Nia Gandhi, left, Sarah Groarke and Zoe West in Jane Eyre. Picture: Tony Bartholomew

Chris’s adaptation eschews using a narrator. “I always feel a narrator is a bit of a cop-out, but there’s also a very practical reason this time: a narrator doesn’t work in a theatre-in-the-round, but someone playing a violin absolutely works,” she says.

“The conversation around music started with me and Paul, rather than Zoe, though I can’t remember if I said, ‘how about an actor-musician production?’, or if Paul did, but I’ve always liked musical theatre and using music in productions.”

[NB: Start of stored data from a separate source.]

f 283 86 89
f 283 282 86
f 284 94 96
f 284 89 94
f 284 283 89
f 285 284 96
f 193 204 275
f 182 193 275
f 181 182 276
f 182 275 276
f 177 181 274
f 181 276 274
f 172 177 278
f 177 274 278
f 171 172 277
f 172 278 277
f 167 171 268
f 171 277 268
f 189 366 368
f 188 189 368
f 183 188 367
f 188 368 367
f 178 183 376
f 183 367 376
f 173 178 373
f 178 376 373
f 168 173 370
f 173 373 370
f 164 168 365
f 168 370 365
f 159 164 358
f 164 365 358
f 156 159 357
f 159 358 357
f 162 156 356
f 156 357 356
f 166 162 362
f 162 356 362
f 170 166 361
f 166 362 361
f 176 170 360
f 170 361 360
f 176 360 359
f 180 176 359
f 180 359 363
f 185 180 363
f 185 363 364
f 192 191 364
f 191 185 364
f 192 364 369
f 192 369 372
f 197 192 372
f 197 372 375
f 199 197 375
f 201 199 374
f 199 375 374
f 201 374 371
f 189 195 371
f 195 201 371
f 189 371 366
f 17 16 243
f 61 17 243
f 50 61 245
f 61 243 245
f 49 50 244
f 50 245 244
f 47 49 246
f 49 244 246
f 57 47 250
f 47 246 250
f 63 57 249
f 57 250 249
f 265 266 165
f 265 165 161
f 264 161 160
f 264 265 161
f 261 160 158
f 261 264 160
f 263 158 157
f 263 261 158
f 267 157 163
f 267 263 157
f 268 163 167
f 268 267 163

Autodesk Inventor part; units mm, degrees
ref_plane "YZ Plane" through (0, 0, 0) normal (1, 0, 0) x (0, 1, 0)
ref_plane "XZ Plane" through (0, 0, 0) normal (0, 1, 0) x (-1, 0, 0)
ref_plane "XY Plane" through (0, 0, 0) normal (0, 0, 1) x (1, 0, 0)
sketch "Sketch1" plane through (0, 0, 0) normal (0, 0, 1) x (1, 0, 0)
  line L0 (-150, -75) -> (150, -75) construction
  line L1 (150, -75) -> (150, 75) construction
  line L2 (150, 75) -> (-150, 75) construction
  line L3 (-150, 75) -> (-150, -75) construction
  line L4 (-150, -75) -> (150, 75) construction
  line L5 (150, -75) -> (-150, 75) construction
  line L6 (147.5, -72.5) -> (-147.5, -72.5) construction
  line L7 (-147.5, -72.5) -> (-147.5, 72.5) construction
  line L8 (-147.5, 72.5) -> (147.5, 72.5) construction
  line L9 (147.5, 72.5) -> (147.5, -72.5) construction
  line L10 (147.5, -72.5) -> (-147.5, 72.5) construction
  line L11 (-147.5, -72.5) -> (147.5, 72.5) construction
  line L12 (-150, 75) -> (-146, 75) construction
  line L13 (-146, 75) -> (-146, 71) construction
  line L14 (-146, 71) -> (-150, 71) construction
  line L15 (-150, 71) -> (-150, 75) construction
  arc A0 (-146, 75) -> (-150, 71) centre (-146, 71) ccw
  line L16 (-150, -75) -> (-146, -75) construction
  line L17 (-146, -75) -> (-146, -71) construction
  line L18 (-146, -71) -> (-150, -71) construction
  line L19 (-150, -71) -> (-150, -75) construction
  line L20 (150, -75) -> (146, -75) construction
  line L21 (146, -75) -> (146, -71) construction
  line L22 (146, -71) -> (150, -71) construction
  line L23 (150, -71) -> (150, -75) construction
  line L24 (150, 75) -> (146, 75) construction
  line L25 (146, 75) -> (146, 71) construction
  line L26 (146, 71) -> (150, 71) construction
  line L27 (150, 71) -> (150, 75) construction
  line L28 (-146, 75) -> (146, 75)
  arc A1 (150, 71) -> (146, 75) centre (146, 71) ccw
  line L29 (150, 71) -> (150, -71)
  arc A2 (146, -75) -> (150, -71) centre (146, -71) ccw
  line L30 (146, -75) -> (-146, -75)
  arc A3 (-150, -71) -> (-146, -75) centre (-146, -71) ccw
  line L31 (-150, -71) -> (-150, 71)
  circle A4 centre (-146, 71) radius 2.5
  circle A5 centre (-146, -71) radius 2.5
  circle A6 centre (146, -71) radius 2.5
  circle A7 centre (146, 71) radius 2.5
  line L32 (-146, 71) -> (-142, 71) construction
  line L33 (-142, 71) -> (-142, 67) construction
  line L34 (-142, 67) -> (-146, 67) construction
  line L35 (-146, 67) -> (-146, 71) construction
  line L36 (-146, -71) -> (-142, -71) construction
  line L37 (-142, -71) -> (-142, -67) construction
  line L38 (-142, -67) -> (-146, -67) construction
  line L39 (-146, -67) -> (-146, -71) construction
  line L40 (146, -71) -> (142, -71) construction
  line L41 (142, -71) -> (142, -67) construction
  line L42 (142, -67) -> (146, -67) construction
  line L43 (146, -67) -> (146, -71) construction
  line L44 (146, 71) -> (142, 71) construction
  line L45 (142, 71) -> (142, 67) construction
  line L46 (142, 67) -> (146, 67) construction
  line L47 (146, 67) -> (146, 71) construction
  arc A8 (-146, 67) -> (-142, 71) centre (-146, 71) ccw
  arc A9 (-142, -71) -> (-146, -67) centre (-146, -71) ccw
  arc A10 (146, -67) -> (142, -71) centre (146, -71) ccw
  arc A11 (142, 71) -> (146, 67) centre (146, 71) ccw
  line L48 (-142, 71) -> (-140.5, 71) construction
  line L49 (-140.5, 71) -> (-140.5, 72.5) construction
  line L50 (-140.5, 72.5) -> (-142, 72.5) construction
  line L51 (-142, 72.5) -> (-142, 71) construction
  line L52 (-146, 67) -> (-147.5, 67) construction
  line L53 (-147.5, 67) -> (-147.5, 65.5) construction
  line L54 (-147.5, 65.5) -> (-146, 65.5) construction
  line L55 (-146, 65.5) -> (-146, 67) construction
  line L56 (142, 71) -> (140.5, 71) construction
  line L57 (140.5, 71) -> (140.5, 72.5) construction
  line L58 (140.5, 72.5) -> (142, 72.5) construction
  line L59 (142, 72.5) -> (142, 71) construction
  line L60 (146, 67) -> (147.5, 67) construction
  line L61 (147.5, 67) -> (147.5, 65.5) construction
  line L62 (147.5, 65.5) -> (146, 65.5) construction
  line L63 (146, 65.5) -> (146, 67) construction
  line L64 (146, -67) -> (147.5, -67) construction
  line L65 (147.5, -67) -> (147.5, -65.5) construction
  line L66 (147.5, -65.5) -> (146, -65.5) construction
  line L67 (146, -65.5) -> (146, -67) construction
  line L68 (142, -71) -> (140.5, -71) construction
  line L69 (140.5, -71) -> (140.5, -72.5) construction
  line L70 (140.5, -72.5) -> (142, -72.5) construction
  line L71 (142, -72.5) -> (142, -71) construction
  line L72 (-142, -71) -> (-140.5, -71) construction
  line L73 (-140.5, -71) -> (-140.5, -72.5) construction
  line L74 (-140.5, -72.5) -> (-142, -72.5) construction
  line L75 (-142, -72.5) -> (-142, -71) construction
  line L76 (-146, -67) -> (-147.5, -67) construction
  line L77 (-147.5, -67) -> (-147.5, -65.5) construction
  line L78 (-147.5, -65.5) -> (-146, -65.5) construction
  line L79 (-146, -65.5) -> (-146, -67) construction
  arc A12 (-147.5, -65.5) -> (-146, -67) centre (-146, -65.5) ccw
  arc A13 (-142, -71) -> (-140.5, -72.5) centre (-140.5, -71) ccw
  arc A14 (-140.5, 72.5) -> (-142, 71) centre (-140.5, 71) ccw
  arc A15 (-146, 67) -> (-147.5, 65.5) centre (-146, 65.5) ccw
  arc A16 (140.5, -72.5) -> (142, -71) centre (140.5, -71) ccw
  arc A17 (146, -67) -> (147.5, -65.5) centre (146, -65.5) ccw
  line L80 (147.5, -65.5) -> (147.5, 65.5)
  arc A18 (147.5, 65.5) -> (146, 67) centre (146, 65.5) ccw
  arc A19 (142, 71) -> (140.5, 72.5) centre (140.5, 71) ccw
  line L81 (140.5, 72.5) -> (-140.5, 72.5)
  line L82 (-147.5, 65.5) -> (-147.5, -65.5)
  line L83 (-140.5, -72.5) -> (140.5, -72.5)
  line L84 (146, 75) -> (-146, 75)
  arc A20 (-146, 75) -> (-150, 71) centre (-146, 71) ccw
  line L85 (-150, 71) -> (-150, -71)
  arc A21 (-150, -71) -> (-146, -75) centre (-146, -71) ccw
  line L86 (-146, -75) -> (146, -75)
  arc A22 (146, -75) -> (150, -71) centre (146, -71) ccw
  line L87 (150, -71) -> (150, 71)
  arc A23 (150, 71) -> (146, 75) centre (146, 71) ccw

In this instance, the songs are billed as “19th century pop hits”. More precisely, composer and sound designer Simon Slater oversees ballads, children’s tunes, hymnal music and songs that speak of Yorkshire and the North East to give a “real flavour of the period”.

“Using actor-musicians lets the whole thing feel light on its feet with that sense of being able to move forward through song,” says Chris.

Step forward Waterman’s cast of Eleanor Sutton’s Jane, Sam Jenkins-Shaw’s Mr Rochester, Nia Gandhi, Sarah Groarke, Tomi Ogbaro and Zoe West.  

Stephen Joseph Theatre and New Vic Theatre present Jane Eyre at Stephen Joseph Theatre, Scarbrough, until April 30. Box office: 01723 370541 or at sjt.uk.com.